--- Material for the task Enclosed Below ---

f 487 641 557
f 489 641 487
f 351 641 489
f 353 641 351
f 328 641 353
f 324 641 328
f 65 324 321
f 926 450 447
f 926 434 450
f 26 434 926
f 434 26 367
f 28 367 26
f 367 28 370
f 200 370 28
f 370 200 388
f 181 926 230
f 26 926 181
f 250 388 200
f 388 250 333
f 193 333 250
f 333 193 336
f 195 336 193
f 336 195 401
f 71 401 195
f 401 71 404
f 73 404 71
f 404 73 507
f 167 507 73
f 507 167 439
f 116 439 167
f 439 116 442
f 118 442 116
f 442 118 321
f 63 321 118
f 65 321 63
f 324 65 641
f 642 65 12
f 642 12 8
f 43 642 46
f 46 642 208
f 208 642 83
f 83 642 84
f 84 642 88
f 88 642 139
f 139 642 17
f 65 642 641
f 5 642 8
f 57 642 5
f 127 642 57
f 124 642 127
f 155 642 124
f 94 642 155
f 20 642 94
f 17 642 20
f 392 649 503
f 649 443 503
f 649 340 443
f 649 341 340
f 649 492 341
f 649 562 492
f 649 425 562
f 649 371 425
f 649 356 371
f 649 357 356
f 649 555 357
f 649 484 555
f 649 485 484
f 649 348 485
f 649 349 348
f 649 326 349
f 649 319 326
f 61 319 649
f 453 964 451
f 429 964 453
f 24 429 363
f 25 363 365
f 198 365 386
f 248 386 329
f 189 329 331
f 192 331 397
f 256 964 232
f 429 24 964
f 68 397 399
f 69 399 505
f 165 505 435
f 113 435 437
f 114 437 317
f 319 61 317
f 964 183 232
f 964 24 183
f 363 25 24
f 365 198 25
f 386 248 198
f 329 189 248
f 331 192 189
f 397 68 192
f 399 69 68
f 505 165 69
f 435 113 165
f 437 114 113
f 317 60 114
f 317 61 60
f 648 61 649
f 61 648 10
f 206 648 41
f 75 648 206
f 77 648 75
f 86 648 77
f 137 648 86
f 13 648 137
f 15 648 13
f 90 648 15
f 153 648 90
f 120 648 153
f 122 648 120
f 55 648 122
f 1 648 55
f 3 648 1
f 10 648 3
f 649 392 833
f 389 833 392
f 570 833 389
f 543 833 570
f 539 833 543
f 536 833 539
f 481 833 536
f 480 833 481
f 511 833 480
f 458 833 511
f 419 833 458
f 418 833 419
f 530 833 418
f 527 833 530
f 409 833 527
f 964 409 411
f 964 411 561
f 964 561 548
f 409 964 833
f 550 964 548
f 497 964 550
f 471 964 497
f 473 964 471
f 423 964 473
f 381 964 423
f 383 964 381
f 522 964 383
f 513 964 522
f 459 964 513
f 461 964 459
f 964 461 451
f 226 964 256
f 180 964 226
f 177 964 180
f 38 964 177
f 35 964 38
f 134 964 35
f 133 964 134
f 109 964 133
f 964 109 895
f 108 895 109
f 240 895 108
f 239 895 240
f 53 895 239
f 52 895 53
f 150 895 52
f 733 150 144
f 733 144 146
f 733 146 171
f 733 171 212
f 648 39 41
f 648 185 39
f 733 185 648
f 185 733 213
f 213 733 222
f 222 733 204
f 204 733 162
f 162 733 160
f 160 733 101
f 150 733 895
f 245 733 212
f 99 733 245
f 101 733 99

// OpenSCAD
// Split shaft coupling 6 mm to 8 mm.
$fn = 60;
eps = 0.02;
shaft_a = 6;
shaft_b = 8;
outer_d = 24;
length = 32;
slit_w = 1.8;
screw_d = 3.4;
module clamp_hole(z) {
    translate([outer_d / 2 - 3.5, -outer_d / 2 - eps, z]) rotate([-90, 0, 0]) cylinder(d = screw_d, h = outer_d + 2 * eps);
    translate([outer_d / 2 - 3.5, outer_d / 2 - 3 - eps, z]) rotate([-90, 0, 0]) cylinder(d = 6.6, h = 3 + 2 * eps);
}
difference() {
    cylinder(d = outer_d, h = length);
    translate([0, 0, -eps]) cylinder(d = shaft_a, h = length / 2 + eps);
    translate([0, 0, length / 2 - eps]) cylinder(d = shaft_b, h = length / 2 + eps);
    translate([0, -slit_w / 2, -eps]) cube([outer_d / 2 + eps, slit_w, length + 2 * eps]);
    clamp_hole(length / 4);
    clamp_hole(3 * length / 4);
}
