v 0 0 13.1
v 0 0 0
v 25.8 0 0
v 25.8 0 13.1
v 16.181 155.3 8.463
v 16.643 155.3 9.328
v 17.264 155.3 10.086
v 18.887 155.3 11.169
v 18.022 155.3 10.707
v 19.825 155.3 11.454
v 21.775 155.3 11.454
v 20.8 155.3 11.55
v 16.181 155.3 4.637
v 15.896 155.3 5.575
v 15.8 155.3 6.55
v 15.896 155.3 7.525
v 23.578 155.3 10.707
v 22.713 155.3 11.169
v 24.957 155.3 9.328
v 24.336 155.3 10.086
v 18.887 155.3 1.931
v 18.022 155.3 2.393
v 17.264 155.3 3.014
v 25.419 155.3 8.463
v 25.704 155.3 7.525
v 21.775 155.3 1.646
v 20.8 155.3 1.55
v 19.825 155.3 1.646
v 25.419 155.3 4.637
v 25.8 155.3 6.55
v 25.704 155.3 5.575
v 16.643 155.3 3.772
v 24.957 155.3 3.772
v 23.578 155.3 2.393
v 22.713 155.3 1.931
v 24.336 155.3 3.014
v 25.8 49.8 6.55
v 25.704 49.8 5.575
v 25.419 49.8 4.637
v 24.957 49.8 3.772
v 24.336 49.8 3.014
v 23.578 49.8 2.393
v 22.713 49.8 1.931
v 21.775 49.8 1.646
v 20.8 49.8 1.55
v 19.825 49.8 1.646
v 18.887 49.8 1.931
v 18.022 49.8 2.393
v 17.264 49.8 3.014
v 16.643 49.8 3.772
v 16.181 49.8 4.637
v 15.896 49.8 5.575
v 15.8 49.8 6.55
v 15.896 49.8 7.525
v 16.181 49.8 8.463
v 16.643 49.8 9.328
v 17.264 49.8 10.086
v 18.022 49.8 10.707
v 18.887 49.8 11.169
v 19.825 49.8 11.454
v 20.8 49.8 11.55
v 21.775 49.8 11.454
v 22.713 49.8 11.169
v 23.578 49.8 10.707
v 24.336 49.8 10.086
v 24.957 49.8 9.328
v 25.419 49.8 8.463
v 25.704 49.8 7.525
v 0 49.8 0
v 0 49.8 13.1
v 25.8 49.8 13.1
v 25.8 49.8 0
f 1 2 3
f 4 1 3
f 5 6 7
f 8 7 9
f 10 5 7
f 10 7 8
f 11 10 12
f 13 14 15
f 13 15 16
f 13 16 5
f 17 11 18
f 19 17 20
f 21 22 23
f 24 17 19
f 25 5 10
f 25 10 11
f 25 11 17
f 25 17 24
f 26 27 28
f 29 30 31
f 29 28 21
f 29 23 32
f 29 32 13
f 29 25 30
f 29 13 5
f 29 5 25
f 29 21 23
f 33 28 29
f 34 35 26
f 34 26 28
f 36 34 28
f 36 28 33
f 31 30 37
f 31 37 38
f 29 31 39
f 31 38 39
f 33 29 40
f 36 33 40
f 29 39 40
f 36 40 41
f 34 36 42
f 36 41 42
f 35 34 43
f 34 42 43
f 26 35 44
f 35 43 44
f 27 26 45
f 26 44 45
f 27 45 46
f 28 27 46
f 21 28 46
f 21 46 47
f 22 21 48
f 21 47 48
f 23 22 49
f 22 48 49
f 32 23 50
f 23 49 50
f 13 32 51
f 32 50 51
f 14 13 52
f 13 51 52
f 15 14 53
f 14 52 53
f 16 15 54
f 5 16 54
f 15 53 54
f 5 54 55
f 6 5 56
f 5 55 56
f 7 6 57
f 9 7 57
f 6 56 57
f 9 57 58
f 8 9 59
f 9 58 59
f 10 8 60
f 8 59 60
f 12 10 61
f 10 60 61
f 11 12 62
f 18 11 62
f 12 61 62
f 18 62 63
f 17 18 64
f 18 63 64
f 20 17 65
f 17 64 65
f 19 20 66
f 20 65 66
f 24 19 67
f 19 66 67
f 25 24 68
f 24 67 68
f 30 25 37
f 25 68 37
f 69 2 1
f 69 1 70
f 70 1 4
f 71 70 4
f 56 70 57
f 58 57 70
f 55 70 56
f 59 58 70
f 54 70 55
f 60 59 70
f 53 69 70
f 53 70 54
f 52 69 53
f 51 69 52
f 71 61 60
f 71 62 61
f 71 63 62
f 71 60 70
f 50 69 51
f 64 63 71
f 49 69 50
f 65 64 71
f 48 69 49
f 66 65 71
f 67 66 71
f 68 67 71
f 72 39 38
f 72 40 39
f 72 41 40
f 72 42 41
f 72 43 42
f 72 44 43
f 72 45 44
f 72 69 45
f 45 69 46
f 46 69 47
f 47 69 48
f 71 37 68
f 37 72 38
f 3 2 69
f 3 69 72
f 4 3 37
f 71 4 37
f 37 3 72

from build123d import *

# Parameters (mm, degrees)
SKETCH2_W           = 25.8
SKETCH2_H           = 49.8
BOSS_EXTRUDE1_DEPTH = 13.1
SKETCH3_R           = 5
BOSS_EXTRUDE2_DEPTH = 105.5


with BuildPart() as part:
    # Sketch2 → Boss-Extrude1 (new body)
    with BuildSketch(Plane.XY):
        with Locations((12.9, 24.9)):
            Rectangle(SKETCH2_W, SKETCH2_H)
    extrude(amount=BOSS_EXTRUDE1_DEPTH)

    # Sketch3 → Boss-Extrude2 (add)
    with BuildSketch(Plane(origin=(0, 49.8, 0), x_dir=(1, 0, 0), z_dir=(0, 1, 0))):
        with Locations((20.8, -6.55)):
            Circle(SKETCH3_R)
    extrude(amount=BOSS_EXTRUDE2_DEPTH)


solid = part.part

--- End of Enclosed Material for the task ---

◆ Aim of the task ◆
Go line by line through the data above and report each one that holds the string "rotate".

◆ Response area ◆
    translate([outer_d / 2 - 3.5, -outer_d / 2 - eps, z]) rotate([-90, 0, 0]) cylinder(d = screw_d, h = outer_d + 2 * eps);
    translate([outer_d / 2 - 3.5, outer_d / 2 - 3 - eps, z]) rotate([-90, 0, 0]) cylinder(d = 6.6, h = 3 + 2 * eps);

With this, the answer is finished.